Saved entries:
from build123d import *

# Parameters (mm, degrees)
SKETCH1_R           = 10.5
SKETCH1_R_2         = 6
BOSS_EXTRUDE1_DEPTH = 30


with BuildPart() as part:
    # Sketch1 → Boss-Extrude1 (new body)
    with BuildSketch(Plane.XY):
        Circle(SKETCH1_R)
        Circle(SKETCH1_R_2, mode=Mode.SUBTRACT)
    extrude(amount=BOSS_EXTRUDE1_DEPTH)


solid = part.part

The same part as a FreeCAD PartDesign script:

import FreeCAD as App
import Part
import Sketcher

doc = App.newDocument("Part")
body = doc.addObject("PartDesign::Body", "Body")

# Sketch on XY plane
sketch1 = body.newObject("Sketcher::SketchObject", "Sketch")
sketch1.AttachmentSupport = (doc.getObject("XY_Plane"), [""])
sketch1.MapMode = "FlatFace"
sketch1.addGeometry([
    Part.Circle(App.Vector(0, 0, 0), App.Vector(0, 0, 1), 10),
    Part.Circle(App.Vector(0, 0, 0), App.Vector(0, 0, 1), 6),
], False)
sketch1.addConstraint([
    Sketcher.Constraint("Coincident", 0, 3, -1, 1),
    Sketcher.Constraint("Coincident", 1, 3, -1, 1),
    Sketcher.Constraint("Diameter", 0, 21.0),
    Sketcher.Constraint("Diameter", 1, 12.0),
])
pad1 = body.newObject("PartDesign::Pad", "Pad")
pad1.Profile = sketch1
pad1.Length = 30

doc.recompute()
...
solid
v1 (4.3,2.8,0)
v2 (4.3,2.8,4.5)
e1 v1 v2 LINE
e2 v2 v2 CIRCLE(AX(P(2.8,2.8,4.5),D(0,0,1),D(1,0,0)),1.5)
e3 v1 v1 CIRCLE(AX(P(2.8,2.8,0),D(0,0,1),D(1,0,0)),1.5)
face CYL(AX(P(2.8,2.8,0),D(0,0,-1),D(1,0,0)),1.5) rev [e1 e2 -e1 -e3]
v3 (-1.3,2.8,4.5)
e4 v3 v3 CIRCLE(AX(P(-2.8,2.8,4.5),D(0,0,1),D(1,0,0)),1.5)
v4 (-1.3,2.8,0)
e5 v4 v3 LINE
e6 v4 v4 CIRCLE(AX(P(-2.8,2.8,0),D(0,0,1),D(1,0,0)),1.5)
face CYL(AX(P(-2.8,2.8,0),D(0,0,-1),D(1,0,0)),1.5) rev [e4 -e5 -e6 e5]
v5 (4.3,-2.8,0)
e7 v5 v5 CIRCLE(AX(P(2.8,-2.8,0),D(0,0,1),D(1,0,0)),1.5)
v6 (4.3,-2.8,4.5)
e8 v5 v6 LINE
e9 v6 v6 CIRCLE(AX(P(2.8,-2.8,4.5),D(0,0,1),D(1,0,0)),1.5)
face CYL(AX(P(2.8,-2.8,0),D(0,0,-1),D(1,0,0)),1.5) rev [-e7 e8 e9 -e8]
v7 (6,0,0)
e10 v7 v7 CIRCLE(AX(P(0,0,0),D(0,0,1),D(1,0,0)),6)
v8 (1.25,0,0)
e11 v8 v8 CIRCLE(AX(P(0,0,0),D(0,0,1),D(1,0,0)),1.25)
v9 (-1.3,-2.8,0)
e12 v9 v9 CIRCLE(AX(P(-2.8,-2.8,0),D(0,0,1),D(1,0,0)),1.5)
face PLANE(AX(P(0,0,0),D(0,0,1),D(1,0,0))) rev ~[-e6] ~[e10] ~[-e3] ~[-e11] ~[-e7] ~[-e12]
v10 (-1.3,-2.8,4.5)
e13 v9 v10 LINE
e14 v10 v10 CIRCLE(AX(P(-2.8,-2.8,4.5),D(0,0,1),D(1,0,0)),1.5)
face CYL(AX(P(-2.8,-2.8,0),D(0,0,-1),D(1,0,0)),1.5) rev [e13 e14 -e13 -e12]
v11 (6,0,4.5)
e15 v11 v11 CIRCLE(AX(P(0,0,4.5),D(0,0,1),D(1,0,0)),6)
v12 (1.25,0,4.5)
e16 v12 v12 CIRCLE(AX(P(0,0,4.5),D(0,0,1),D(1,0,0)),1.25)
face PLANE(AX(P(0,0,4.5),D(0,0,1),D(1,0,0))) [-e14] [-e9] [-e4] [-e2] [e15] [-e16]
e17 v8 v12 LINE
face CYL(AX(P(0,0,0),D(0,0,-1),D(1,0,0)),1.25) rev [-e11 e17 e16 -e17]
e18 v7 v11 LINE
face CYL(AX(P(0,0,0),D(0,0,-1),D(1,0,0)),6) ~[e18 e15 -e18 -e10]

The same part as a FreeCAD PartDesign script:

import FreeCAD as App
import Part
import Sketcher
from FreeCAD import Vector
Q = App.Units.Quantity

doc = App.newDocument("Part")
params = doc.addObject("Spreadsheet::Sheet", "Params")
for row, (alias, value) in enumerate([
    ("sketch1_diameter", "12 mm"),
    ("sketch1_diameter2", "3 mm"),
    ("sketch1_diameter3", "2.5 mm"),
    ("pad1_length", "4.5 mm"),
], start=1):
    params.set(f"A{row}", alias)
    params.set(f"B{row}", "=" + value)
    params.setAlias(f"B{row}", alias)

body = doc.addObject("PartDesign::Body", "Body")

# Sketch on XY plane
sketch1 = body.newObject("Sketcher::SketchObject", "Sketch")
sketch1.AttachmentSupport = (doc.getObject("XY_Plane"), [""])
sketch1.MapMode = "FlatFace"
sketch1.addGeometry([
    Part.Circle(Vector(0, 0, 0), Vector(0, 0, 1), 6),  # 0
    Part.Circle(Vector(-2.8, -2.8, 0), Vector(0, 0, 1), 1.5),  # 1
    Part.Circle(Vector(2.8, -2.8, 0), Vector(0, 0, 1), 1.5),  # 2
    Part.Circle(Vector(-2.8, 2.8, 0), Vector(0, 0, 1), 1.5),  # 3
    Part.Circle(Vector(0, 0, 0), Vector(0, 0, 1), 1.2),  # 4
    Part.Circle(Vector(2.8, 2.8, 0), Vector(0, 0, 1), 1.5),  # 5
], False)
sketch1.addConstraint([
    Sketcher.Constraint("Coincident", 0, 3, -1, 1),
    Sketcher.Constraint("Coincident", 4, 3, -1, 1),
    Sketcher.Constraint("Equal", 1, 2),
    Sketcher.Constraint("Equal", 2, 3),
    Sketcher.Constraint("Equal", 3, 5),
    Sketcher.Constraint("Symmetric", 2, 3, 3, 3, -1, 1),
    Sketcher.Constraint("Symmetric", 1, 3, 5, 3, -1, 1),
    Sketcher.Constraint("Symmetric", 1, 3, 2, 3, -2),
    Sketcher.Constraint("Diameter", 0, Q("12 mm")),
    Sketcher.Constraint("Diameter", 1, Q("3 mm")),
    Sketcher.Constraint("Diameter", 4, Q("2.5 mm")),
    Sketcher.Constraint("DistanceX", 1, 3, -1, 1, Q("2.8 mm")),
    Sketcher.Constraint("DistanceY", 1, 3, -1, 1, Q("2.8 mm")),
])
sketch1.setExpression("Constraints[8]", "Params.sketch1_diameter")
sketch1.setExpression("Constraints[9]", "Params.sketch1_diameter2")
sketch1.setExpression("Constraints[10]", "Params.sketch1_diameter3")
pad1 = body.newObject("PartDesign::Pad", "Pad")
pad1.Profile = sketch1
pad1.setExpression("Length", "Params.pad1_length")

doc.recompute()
==
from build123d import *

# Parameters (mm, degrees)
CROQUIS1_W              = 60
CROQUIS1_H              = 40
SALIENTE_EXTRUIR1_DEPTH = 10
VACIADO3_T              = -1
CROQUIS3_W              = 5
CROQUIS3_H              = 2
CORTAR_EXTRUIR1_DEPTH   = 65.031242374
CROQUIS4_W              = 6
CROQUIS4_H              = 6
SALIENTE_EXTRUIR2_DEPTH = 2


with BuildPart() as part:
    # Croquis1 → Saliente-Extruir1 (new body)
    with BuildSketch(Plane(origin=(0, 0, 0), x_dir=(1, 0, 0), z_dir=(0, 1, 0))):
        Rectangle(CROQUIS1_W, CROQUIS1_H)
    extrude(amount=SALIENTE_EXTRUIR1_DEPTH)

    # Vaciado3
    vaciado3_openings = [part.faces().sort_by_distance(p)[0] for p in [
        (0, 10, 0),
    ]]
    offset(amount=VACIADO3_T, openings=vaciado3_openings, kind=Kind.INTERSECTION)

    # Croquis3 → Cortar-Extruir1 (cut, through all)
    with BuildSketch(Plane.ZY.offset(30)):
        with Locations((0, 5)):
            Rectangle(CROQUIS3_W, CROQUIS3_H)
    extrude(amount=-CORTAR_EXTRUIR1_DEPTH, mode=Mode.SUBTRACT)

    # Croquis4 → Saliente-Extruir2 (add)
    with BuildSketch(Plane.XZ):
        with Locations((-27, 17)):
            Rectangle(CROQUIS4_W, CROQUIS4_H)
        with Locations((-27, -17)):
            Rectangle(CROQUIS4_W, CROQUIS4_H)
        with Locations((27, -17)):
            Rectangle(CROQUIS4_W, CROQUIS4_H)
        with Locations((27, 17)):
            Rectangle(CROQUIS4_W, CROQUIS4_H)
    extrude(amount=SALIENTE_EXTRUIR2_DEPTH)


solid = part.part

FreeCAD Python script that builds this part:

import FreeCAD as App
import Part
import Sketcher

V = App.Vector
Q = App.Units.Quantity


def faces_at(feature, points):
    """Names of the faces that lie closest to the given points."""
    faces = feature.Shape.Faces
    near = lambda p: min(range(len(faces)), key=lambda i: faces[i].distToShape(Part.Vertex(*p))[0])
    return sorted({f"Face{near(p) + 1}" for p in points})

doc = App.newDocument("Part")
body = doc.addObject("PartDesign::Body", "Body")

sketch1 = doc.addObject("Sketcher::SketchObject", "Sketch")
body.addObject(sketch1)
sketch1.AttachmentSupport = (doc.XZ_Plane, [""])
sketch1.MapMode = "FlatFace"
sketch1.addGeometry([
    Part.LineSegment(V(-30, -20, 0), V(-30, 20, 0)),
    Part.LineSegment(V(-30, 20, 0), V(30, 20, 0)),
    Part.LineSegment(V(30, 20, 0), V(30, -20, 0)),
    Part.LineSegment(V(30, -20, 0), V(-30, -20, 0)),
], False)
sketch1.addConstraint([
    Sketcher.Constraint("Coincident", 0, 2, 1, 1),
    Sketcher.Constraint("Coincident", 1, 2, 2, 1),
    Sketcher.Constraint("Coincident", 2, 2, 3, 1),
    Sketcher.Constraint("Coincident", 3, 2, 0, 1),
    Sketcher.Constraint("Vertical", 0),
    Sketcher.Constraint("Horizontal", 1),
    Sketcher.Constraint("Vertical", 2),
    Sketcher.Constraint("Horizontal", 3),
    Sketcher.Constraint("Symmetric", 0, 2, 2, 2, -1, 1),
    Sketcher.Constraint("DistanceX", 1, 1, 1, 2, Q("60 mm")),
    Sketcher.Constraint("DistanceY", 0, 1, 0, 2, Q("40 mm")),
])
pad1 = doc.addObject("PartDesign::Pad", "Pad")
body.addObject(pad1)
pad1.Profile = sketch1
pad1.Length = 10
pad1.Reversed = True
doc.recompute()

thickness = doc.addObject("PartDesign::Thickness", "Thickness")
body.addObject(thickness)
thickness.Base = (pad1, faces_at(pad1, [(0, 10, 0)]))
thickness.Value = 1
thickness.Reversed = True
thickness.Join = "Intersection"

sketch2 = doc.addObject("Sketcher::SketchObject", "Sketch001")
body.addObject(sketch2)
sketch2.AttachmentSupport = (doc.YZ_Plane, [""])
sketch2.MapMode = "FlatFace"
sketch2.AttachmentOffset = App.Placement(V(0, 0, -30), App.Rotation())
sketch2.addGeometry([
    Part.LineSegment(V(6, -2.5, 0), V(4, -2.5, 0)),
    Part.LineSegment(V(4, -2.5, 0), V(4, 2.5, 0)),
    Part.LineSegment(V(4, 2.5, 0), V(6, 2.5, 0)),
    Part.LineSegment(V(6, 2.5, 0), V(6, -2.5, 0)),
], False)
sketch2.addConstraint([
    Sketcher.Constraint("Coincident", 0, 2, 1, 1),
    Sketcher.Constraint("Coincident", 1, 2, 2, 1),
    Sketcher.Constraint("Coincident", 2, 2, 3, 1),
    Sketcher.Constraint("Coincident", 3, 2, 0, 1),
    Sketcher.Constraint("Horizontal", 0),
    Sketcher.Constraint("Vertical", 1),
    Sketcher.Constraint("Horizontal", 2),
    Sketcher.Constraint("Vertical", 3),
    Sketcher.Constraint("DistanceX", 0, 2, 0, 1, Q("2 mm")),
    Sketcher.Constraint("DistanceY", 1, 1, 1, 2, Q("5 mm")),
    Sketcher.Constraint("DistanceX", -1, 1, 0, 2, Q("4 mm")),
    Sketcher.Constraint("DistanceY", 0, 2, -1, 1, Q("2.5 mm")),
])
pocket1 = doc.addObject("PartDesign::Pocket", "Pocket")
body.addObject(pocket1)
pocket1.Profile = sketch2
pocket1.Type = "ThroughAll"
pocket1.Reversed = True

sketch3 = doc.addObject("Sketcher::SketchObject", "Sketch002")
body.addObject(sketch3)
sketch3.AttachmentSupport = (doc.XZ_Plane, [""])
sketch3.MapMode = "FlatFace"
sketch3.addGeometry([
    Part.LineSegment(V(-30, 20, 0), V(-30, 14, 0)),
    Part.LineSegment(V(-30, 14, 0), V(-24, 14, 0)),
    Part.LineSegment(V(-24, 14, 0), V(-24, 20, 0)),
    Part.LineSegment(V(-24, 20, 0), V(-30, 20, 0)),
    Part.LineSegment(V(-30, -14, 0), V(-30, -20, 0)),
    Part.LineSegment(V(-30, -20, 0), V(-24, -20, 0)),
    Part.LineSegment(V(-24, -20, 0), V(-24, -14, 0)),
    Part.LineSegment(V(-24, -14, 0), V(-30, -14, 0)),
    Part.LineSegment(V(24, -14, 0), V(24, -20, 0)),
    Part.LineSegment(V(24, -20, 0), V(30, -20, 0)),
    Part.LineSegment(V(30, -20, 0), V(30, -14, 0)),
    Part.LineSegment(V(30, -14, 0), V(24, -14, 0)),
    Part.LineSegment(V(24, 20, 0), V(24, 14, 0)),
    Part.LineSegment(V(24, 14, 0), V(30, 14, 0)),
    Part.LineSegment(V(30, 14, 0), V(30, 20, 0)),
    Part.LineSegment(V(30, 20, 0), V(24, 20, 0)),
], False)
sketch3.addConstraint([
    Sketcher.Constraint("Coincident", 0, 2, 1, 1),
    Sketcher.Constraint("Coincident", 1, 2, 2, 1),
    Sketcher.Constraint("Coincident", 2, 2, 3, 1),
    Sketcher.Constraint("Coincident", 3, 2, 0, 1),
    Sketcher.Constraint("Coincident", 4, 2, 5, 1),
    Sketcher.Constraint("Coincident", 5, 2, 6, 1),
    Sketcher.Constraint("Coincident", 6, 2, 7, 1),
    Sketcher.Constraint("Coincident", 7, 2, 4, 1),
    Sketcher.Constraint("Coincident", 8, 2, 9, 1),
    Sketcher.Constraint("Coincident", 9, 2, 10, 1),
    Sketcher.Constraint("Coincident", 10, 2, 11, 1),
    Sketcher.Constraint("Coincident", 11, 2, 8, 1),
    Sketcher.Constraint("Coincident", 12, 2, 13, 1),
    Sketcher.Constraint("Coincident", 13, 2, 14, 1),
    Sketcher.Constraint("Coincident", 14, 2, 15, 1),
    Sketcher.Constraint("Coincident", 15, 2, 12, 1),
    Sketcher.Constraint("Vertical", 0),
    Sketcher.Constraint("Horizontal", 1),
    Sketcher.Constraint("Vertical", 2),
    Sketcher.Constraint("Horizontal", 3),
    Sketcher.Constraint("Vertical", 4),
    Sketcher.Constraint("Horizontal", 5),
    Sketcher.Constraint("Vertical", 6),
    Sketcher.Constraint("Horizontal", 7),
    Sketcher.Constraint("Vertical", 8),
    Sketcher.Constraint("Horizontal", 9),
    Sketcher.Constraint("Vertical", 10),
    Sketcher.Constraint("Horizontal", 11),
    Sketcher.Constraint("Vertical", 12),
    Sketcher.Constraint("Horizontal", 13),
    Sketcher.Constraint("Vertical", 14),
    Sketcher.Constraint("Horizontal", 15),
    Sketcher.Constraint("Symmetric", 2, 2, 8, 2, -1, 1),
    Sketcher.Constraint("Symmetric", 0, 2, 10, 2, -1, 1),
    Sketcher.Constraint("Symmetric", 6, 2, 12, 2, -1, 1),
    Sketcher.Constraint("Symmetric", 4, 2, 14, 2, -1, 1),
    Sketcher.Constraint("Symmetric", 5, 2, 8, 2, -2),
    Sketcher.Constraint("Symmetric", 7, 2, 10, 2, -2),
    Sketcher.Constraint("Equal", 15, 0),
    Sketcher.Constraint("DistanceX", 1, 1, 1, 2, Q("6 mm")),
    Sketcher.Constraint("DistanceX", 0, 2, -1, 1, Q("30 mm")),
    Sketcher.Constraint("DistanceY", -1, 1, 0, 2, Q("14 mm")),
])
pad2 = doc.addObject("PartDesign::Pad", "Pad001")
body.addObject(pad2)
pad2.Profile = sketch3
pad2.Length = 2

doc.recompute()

Task directions: Going back to the entries above, set down exactly the lines that begin at the one with "e5 v4 v3 LINE" and end at the one with "v12 (1.25,0,4.5)", both included, and nothing else.

Answer for this exercise:
e5 v4 v3 LINE
e6 v4 v4 CIRCLE(AX(P(-2.8,2.8,0),D(0,0,1),D(1,0,0)),1.5)
face CYL(AX(P(-2.8,2.8,0),D(0,0,-1),D(1,0,0)),1.5) rev [e4 -e5 -e6 e5]
v5 (4.3,-2.8,0)
e7 v5 v5 CIRCLE(AX(P(2.8,-2.8,0),D(0,0,1),D(1,0,0)),1.5)
v6 (4.3,-2.8,4.5)
e8 v5 v6 LINE
e9 v6 v6 CIRCLE(AX(P(2.8,-2.8,4.5),D(0,0,1),D(1,0,0)),1.5)
face CYL(AX(P(2.8,-2.8,0),D(0,0,-1),D(1,0,0)),1.5) rev [-e7 e8 e9 -e8]
v7 (6,0,0)
e10 v7 v7 CIRCLE(AX(P(0,0,0),D(0,0,1),D(1,0,0)),6)
v8 (1.25,0,0)
e11 v8 v8 CIRCLE(AX(P(0,0,0),D(0,0,1),D(1,0,0)),1.25)
v9 (-1.3,-2.8,0)
e12 v9 v9 CIRCLE(AX(P(-2.8,-2.8,0),D(0,0,1),D(1,0,0)),1.5)
face PLANE(AX(P(0,0,0),D(0,0,1),D(1,0,0))) rev ~[-e6] ~[e10] ~[-e3] ~[-e11] ~[-e7] ~[-e12]
v10 (-1.3,-2.8,4.5)
e13 v9 v10 LINE
e14 v10 v10 CIRCLE(AX(P(-2.8,-2.8,4.5),D(0,0,1),D(1,0,0)),1.5)
face CYL(AX(P(-2.8,-2.8,0),D(0,0,-1),D(1,0,0)),1.5) rev [e13 e14 -e13 -e12]
v11 (6,0,4.5)
e15 v11 v11 CIRCLE(AX(P(0,0,4.5),D(0,0,1),D(1,0,0)),6)
v12 (1.25,0,4.5)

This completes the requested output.